Put $S=\{f(\pi^5):f(x)\in \Bbb Q[x]\}$. Prove that $S$ is not a subfield of $\Bbb C$.
My attempt at a solution by contradiction, consider the 5th subfield axiom if $a$ has an inverse $b$ then $ab=1$ so now let $a=f(\pi^5)$ and $b=g(\pi^5)$ then $ab=f(\pi^5)g(\pi^5)=1$ but we know that $f(\pi^5)\ne 1$ as it is transcendent thus a contradiction
is this right? and if not can anyone guide me from here?
On
Whatever be $f(x)\in \Bbb Q[x]$, you have $f(\pi^5)$ is a trascendental number because if not $\pi^5$ would be algebraic. Then all the elements of $S$ being trascendental, the number $1\notin S$ i.e. $S$ has not the identity for the group multiplicative hence can not be a field.
On
Let $a$ be a complex number. The map $$ e_a\colon\mathbb{Q}[x]\to \mathbb{C},\qquad e_a(f)=f(a) $$ is a ring homomorphism and its image is $S_a=\{f(a):f\in\mathbb{Q}[x]\}$, so $S_a$ is a subring of $\mathbb{C}$. Your case is $a=\pi^5$.

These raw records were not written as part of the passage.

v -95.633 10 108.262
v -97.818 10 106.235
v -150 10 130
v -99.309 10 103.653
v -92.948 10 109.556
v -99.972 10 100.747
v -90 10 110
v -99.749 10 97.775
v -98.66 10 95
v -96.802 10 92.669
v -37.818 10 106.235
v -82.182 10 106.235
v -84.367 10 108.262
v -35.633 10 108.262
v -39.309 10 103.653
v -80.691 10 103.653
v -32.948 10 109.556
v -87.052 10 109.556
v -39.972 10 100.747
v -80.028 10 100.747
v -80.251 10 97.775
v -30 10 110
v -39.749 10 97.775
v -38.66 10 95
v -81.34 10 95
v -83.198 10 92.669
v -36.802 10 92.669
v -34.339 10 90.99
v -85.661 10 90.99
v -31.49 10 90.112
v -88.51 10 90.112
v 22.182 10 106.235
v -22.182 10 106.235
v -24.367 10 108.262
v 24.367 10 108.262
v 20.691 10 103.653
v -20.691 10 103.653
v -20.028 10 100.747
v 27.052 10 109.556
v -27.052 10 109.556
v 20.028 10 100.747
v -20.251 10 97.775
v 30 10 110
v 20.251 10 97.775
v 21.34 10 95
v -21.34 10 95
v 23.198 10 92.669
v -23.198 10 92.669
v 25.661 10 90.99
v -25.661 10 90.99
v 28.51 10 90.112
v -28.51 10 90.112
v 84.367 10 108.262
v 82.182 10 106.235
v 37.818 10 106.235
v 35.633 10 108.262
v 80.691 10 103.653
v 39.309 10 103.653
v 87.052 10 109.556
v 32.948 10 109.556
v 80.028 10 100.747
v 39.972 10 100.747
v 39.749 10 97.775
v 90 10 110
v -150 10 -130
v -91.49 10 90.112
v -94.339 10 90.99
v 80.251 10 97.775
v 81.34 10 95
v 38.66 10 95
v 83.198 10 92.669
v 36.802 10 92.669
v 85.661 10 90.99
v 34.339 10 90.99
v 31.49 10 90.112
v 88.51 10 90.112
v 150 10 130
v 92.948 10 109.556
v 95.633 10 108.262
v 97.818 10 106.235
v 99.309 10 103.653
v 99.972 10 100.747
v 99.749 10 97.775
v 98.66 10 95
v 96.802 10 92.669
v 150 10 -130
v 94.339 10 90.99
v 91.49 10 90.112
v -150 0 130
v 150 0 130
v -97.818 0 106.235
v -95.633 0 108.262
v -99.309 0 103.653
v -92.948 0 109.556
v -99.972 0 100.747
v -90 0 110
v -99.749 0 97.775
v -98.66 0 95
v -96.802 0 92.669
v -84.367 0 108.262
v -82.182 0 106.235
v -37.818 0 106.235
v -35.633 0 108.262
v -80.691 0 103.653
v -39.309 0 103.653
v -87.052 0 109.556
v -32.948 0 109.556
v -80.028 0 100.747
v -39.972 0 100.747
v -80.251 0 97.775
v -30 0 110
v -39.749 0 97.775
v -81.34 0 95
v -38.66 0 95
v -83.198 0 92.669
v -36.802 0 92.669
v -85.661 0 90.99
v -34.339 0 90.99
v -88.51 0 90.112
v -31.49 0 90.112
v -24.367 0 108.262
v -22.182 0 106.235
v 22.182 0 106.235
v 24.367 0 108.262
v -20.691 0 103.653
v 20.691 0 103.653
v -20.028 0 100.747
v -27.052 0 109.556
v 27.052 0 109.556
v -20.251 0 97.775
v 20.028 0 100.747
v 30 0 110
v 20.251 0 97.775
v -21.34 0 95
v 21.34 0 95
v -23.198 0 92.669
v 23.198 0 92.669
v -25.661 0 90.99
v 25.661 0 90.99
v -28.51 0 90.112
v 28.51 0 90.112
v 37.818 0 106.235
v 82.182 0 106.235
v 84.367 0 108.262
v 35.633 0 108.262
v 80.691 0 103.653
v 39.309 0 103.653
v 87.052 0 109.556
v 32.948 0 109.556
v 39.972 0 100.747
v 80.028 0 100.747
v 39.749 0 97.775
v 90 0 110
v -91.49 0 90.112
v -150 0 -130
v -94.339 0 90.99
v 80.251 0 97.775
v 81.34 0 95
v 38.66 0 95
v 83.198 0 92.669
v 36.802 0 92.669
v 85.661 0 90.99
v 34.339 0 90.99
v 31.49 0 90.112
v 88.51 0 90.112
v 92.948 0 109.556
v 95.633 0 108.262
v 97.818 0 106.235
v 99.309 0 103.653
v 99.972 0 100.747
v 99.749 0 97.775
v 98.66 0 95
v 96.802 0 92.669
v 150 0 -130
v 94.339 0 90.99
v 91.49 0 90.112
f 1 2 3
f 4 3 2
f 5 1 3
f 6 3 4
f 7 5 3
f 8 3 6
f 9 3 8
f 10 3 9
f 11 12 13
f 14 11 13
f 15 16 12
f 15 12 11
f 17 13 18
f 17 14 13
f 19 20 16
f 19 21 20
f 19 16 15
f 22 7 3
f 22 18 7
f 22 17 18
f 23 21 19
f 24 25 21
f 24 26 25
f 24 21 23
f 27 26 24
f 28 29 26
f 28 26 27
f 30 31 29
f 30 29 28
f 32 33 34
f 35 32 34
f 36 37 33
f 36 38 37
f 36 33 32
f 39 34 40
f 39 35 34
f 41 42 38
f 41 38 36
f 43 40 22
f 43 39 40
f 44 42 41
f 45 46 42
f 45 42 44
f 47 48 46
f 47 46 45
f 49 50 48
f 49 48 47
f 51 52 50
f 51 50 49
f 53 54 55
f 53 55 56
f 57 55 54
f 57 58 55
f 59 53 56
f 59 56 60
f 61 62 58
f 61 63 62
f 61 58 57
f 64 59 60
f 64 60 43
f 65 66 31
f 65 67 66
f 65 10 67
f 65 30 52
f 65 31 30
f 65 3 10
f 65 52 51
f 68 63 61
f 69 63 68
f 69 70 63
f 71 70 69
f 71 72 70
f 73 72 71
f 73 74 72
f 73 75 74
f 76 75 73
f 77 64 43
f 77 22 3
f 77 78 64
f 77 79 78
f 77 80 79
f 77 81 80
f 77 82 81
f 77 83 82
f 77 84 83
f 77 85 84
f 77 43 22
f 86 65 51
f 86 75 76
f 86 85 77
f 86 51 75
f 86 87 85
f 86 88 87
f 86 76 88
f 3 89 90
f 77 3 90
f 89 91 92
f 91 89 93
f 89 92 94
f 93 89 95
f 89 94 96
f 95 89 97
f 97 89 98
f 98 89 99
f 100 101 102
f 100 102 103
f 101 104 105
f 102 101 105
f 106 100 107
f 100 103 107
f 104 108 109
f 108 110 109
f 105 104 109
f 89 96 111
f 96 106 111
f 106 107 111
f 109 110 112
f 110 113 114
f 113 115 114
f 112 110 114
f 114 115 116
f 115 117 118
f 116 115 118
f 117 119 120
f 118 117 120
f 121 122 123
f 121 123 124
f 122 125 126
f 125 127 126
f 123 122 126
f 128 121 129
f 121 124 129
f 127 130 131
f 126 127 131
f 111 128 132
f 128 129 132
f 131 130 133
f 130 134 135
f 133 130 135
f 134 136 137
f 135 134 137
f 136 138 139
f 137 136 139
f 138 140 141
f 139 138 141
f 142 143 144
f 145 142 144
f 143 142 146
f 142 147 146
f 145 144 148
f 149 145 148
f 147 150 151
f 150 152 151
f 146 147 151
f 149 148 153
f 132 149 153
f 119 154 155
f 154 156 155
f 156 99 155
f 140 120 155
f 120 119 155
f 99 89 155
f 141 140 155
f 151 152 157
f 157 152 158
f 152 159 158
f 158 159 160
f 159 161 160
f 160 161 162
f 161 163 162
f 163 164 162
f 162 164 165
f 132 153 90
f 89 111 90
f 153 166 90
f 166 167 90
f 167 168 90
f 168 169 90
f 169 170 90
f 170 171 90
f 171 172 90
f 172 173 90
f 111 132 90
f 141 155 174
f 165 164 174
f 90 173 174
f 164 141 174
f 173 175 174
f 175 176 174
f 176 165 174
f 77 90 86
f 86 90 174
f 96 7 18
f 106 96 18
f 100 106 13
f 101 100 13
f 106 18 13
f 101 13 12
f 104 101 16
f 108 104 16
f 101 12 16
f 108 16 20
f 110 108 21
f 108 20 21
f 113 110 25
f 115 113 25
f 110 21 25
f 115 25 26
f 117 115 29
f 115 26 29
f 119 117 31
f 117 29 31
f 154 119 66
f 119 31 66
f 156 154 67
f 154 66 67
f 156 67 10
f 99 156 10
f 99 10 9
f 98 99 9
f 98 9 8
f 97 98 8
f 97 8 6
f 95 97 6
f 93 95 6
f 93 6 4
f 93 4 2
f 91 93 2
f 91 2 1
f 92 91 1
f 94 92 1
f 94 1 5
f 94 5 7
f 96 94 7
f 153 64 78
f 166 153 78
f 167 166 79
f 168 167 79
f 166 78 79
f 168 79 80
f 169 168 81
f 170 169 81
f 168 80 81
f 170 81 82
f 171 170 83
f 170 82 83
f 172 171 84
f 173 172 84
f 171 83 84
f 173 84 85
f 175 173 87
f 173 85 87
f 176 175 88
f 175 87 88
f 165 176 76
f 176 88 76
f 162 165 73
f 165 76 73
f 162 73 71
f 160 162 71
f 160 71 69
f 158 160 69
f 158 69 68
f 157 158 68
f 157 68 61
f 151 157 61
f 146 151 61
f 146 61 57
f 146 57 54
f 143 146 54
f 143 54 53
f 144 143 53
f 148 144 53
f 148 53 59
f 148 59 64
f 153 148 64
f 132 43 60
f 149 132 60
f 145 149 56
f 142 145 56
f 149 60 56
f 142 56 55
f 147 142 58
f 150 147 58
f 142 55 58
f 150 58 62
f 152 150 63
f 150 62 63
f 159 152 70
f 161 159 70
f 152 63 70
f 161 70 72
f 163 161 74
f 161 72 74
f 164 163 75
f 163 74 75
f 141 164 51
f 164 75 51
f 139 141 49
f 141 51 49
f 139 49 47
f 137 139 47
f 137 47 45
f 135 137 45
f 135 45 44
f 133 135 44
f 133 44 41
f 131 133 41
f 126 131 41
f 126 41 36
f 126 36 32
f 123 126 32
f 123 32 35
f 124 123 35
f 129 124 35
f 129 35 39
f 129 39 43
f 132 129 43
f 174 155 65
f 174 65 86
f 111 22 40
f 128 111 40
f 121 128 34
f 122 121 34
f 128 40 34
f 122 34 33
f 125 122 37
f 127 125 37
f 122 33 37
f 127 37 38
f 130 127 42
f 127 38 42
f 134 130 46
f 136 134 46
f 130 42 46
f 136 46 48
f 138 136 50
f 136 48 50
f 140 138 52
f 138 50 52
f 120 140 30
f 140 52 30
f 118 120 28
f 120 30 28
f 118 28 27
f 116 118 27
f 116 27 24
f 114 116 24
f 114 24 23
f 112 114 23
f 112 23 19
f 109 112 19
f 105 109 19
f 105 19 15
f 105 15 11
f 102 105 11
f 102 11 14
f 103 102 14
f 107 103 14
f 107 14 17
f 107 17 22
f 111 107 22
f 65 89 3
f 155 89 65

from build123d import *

# Parameters (mm, degrees)
SKETCH1_W           = 300
SKETCH1_H           = 260
BOSS_EXTRUDE1_DEPTH = 10
SKETCH2_R           = 10
CUT_EXTRUDE1_DEPTH  = 199.746069144
LPATTERN1_COUNT     = 4
LPATTERN1_PITCH     = 60


with BuildPart() as part:
    # Sketch1 → Boss-Extrude1 (new body)
    with BuildSketch(Plane(origin=(0, 0, 0), x_dir=(1, 0, 0), z_dir=(0, 1, 0))):
        Rectangle(SKETCH1_W, SKETCH1_H)
    extrude(amount=BOSS_EXTRUDE1_DEPTH)

    # Sketch2 → Cut-Extrude1 (cut, through all)
    with BuildSketch(Plane(origin=(0, 10, 0), x_dir=(1, 0, 0), z_dir=(0, 1, 0))):
        with Locations(Location((-90, -100, 0), (0, 0, 270))):
            Circle(SKETCH2_R)
    cut_extrude1 = extrude(amount=-CUT_EXTRUDE1_DEPTH, mode=Mode.SUBTRACT)

    # LPattern1: Cut-Extrude1 ×4
    with Locations(*[(i * LPATTERN1_PITCH, 0, 0) for i in range(1, LPATTERN1_COUNT)]):
        add(cut_extrude1, mode=Mode.SUBTRACT)


solid = part.part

If $a$ is transcendental, then $\ker e_a=\{0\}$, so the homomorphism is injective and $S_a\cong\mathbb{Q}[x]$ as rings. Since $\mathbb{Q}[x]$ is not a field, neither $S_a$ is.
If $a$ is transcendental, then all of its powers $a^n$, with $n>0$ are transcendental. Indeed, if $g(a^n)=0$ for a nonzero polynomial $g\in\mathbb{Q}[x]$, we would have a nonzero polynomial $g_0\in\mathbb{Q}[x]$ with $g_0(a)=0$. So $\pi^5$ is transcendental, because $\pi$ is.
You're on the right track but you should argue as follows:
Let $a=\pi^5$. Then $a\in S$ and $a\ne0$. If there existed $b \in S$ such that $ab=1$, then we'd have $b=g(\pi^5)$ and $\pi^5g(\pi^5)=1$, which contradicts the fact that $\pi$ is transcendental because we'd have $h(\pi)=0$ for $h(x)=x^5g(x^5)-1 \in \mathbb Q[x]$, with $h \ne 0$.
Thus $a=\pi^5$ is an element of $S$ that does not have an inverse in $S$ and so $S$ is not a field.